What do I have to achieve it?

5.- Strategic capability

This one is the resources and competences that you have (or need) to reach goals and objectives towards your vision and mission. If they are unique they become competitive advantages and are the tools you will use to add value and differentiate from competitors.

  • Question: What do we have to reach our goals (or objectives) better? Is it unique?
  • Review frequency: These might change with goals as well, but many of them will stay constant on a longer term if mission and vision do not change. However, they must be reviewed with a some frequency considering competition and customer behaviours.
  • Example: Proximity to a fitness centre, successful diet


How do I achieve it?

6.- Strategies

This one is about the long-term direction of the team or organisation and the actions to be taken. It is the result of putting together the previous questions generating a conceptual plan on: how to use the strategic capabilities to meet the objectives and goals which will take us to our vision and achieve our mission. Like in chess, you will have to plan the steps to follow, their sequence, the needed resources, the expected response of both competitors and customers and contingency plans if something does not go as expected.
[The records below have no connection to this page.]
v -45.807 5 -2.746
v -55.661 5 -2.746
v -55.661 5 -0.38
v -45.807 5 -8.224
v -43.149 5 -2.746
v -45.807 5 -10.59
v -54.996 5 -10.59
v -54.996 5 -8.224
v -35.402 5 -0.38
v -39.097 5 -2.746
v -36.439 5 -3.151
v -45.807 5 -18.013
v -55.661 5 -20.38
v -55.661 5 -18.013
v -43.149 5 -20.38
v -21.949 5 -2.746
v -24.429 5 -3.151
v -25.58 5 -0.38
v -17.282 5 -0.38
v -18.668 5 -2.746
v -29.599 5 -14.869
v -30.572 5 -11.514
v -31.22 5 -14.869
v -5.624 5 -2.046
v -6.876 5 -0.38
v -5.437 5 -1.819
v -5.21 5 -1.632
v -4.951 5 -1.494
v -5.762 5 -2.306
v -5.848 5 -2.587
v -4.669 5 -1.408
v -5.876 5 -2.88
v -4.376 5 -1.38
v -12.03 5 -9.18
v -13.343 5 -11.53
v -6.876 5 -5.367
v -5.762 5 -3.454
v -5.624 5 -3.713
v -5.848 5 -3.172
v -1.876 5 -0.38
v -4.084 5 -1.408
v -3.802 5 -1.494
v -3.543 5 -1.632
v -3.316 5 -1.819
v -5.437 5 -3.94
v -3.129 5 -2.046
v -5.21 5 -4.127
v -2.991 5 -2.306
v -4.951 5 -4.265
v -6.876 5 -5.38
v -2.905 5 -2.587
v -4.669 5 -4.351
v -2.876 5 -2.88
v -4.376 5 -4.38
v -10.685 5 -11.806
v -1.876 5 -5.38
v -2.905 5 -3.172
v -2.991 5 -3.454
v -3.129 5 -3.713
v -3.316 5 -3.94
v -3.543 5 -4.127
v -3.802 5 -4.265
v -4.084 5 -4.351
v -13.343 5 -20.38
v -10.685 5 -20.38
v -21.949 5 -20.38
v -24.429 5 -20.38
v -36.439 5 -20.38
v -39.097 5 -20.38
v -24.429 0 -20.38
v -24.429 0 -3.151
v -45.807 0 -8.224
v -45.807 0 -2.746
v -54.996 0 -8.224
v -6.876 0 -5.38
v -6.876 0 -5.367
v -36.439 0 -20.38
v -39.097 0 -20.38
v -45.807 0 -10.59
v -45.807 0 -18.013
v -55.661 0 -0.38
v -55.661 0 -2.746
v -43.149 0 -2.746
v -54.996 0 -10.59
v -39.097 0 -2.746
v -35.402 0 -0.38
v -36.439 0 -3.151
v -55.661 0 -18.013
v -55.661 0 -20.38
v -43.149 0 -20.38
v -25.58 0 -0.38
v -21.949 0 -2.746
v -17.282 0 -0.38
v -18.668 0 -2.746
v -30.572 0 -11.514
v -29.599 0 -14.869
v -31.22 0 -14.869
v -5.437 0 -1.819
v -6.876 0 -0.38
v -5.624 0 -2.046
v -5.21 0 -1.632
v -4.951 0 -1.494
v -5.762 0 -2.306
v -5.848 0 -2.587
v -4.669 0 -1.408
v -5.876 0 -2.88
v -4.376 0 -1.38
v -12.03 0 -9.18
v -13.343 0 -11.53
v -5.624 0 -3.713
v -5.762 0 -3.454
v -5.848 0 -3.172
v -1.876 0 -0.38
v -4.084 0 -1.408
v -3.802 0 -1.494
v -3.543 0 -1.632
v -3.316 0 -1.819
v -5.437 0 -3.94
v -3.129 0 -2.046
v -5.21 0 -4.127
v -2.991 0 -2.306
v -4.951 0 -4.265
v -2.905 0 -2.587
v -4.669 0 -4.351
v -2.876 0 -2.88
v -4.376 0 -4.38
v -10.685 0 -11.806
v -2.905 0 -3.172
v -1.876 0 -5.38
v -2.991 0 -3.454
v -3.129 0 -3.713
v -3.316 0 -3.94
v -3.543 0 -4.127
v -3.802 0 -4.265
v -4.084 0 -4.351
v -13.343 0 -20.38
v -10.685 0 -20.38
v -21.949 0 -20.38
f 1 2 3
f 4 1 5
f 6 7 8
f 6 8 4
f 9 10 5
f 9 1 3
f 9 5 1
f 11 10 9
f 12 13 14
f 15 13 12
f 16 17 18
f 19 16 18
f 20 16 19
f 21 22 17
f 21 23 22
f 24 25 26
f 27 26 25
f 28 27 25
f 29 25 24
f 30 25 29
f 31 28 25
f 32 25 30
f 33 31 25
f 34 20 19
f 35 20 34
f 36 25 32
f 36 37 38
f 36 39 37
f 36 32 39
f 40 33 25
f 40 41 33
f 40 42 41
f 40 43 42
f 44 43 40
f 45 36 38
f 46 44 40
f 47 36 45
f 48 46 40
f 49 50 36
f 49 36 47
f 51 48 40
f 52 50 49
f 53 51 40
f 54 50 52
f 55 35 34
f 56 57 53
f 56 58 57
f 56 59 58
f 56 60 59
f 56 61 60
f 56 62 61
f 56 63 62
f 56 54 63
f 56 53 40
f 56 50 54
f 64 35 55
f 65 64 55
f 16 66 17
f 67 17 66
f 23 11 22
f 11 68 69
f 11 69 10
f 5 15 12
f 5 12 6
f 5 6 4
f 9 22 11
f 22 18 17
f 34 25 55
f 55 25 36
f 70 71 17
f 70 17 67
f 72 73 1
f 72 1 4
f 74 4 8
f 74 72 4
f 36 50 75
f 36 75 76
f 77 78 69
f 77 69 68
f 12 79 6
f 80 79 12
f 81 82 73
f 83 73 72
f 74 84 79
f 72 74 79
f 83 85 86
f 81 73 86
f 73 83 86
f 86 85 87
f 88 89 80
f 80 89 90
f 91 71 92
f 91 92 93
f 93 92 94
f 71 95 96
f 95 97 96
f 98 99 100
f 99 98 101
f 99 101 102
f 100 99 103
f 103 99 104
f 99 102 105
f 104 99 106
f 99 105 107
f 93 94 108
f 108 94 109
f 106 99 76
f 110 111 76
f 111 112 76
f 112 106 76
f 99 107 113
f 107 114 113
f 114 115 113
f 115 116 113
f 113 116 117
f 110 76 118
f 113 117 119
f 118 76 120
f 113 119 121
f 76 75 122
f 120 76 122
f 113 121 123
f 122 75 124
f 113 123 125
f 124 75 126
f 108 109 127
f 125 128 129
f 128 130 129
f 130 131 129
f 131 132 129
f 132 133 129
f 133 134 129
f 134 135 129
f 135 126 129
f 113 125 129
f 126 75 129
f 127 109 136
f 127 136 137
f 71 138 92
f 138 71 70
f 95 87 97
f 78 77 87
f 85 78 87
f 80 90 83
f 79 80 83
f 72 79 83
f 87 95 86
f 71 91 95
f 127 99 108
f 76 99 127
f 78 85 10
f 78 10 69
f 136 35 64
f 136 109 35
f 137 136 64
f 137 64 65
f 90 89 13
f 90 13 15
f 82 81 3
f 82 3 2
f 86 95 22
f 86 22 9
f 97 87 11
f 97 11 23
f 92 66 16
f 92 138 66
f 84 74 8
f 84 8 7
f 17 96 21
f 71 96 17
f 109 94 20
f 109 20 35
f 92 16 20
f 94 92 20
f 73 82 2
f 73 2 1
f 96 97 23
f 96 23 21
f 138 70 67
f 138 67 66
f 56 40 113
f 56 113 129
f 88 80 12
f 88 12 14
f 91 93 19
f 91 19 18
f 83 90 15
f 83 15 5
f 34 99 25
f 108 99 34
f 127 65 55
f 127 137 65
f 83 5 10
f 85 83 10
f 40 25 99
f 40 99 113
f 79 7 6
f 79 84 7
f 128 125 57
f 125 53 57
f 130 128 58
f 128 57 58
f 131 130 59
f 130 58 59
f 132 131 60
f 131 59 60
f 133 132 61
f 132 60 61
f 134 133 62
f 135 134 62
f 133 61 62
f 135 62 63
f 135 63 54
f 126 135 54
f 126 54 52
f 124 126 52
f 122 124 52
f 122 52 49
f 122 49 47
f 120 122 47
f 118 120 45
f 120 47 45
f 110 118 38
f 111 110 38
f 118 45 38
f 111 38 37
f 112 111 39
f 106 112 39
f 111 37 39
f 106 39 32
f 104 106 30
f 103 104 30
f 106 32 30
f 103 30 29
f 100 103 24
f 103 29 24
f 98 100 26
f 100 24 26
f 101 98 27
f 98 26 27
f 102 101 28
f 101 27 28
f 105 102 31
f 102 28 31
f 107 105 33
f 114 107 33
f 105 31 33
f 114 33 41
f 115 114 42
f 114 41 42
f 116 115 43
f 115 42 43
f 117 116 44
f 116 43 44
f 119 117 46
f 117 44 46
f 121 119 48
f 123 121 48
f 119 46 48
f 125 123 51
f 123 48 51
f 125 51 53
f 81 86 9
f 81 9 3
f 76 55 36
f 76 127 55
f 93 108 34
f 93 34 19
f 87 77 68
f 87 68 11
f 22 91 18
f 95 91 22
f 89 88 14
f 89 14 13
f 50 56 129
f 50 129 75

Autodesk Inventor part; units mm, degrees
ref_plane "YZ Plane" through (0, 0, 0) normal (1, 0, 0) x (0, 1, 0)
ref_plane "XZ Plane" through (0, 0, 0) normal (0, 1, 0) x (-1, 0, 0)
ref_plane "XY Plane" through (0, 0, 0) normal (0, 0, 1) x (1, 0, 0)
sketch "Sketch1" plane through (0, 0, 0) normal (0, 1, 0) x (-1, 0, 0)
  line L0 (4.0726, -0.3796) -> (56.5523, -0.3796) construction
  line L1 (56.5523, -0.3796) -> (56.5523, -20.3796) construction
  line L2 (56.5523, -20.3796) -> (4.0726, -20.3796) construction
  line L3 (4.0726, -20.3796) -> (4.0726, -0.3796) construction
  line L4 (20.1018, -0.3796) -> (13.3433, -11.5303)
  line L5 (13.3433, -11.5303) -> (13.3433, -20.3796)
  line L6 (13.3433, -20.3796) -> (10.6852, -20.3796)
  line L7 (10.6852, -20.3796) -> (10.6852, -11.8059)
  line L8 (10.6852, -11.8059) -> (3.9267, -0.3796)
  line L9 (3.9267, -0.3796) -> (6.8765, -0.3796)
  line L10 (6.8765, -0.3796) -> (12.0305, -9.1803)
  line L11 (12.0305, -9.1803) -> (17.2817, -0.3796)
  line L12 (17.2817, -0.3796) -> (20.1018, -0.3796)
  line L13 (39.0969, -20.3796) -> (36.4389, -20.3796)
  line L14 (36.4389, -20.3796) -> (36.4389, -3.1511)
  line L15 (36.4389, -3.1511) -> (31.2201, -14.8691)
  line L16 (31.2201, -14.8691) -> (29.5993, -14.8691)
  line L17 (29.5993, -14.8691) -> (24.4292, -3.1511)
  line L18 (24.4292, -3.1511) -> (24.4292, -20.3796)
  line L19 (24.4292, -20.3796) -> (21.9494, -20.3796)
  line L20 (21.9494, -20.3796) -> (21.9494, -0.3796)
  line L21 (21.9494, -0.3796) -> (25.5799, -0.3796)
  line L22 (25.5799, -0.3796) -> (30.5718, -11.5141)
  line L23 (30.5718, -11.5141) -> (35.4016, -0.3796)
  line L24 (35.4016, -0.3796) -> (39.0969, -0.3796)
  line L25 (39.0969, -0.3796) -> (39.0969, -20.3796)
  line L26 (43.1488, -20.3796) -> (43.1488, -0.3796)
  line L27 (43.1488, -0.3796) -> (55.6609, -0.3796)
  line L28 (55.6609, -0.3796) -> (55.6609, -2.7459)
  line L29 (55.6609, -2.7459) -> (45.8068, -2.7459)
  line L30 (45.8068, -2.7459) -> (45.8068, -8.224)
  line L31 (45.8068, -8.224) -> (54.9964, -8.224)
  line L32 (54.9964, -8.224) -> (54.9964, -10.5903)
  line L33 (54.9964, -10.5903) -> (45.8068, -10.5903)
  line L34 (45.8068, -10.5903) -> (45.8068, -18.0133)
  line L35 (45.8068, -18.0133) -> (55.6609, -18.0133)
  line L36 (55.6609, -18.0133) -> (55.6609, -20.3796)
  line L37 (55.6609, -20.3796) -> (43.1488, -20.3796)
  point P0 (0, 0)
extrude "Extrusion1" add sketch "Sketch1" along normal blind 5
sketch "Sketch2" plane through (0, 5, 0) normal (0, 1, 0) x (1, 0, 0)
  line L0 (-17.2817, 0.3796) -> (-12.0305, 9.1803) projected
  line L1 (-55.6609, 0.3796) -> (-43.1488, 0.3796) projected
  line L2 (-17.2817, 0.3796) -> (-20.1018, 0.3796)
  line L3 (-55.6609, 2.7459) -> (-55.6609, 0.3796) projected
  line L4 (-55.6609, 0.3796) -> (-55.6609, 2.7459)
  line L5 (-55.6609, 2.7459) -> (-16.2934, 2.7459)
  line L6 (-16.2934, 2.7459) -> (-17.3426, 0.3796)
  line L7 (-13.3433, 11.5303) -> (-20.1018, 0.3796) projected
  line L8 (-20.1018, 0.3796) -> (-24.9933, 0.3796)
  line L9 (-21.9494, 0.3796) -> (-25.5799, 0.3796) projected
  line L10 (-26.1142, 2.7459) -> (-24.9933, 0.3796)
  line L11 (-55.6609, 0.3796) -> (-38.2567, 0.3796)
  line L12 (-39.0969, 0.3796) -> (-35.4016, 0.3796) projected
  line L13 (-38.2567, 2.7459) -> (-49.9322, 2.7459)
  line L14 (-38.2567, 0.3796) -> (-38.2567, 2.7459)
  point P0 (0, 0)
extrude "Extrusion2" add sketch "Sketch2" against normal blind 5
sketch "Sketch3" plane through (0, 5, 0) normal (0, 1, 0) x (1, 0, 0)
  line L0 (-6.8765, 0.3796) -> (-3.9267, 0.3796) projected
  line L1 (-6.8765, 0.3796) -> (-1.8765, 0.3796)
  line L2 (-1.8765, 0.3796) -> (-1.8765, 5.3796)
  line L3 (-1.8765, 5.3796) -> (-6.8765, 5.3796)
  line L4 (-6.8765, 5.3796) -> (-6.8765, 0.3796)
  point P0 (0, 0)
  dimension "d9" = 5
  dimension "d10" = 5
extrude "Extrusion3" add sketch "Sketch3" against normal blind 5
sketch "Sketch4" plane through (0, 5, 0) normal (0, 1, 0) x (1, 0, 0)
  circle A0 centre (-4.3765, 2.8796) radius 1.5
  line L0 (-6.8765, 0.3796) -> (-1.8765, 0.3796) projected
  line L1 (-1.8765, 0.3796) -> (-1.8765, 5.3796) projected
  point P0 (0, 0)
  dimension "d6" = 2.5
  dimension "d11" = 2.5
  dimension "d12" = 3
extrude "Extrusion4" cut sketch "Sketch4" against normal blind 5
properties part number "YME"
Strategy is the plan to reach the vision which may comprise the sequence of many different goals and objectives and the plan to make them work in that sequence.

  • Question: What plan should we follow?
  • Review frequency: Strategy should be revisited at least once a year, considering changes in competitive landscape, customer behaviour and/or our strategic capabilities.
  • Example: Exercise regularly, compete in half marathons, stick to the diet.

7.- Business Model -> How do I achieve it?

It is the flow of the activities between the participating parties and their roles and responsibilities. It describes the structure of the product (or service) as well as the activities and information flows. The business model is the materialisation of the strategy in a clear operation plan to use the current strategic capabilities to meet the objectives and goals which will take us to our vision and achieve our mission.

  • Question: How do we execute the plan?
  • Review frequency: Business model is a long-term definition, and might only change if the long-term strategy changes. Therefore, it should be revisited once a year and be aware that big changes might be painful.
  • Example: Join a running club


Am I doing it right?

8.- Control

It is the monitoring to define whether the strategy is right to achieve the goals and objectives. It defines effectiveness and might suggest opportunities of improvement.

  • Question: How can we know if we are doing the right thing?
  • Review frequency: This one depends a lot on the life cycle of the goals, objectives and strategy. Some of them will need close monitoring and some of them will need some time to show any kind of response.
  • Example: Monitor weight, km run, times. Consider other strategies if the progress is not satisfactory.


This is a combination of the definitions in the literature I mentioned before and my own perspective, however it is important to clarify that there is no standard or official definition or boundaries between terms. Most of the time, each organization or person uses them according to subjective definitions. That is the reason why I strongly recommend to clarify them before starting any discussion based on them.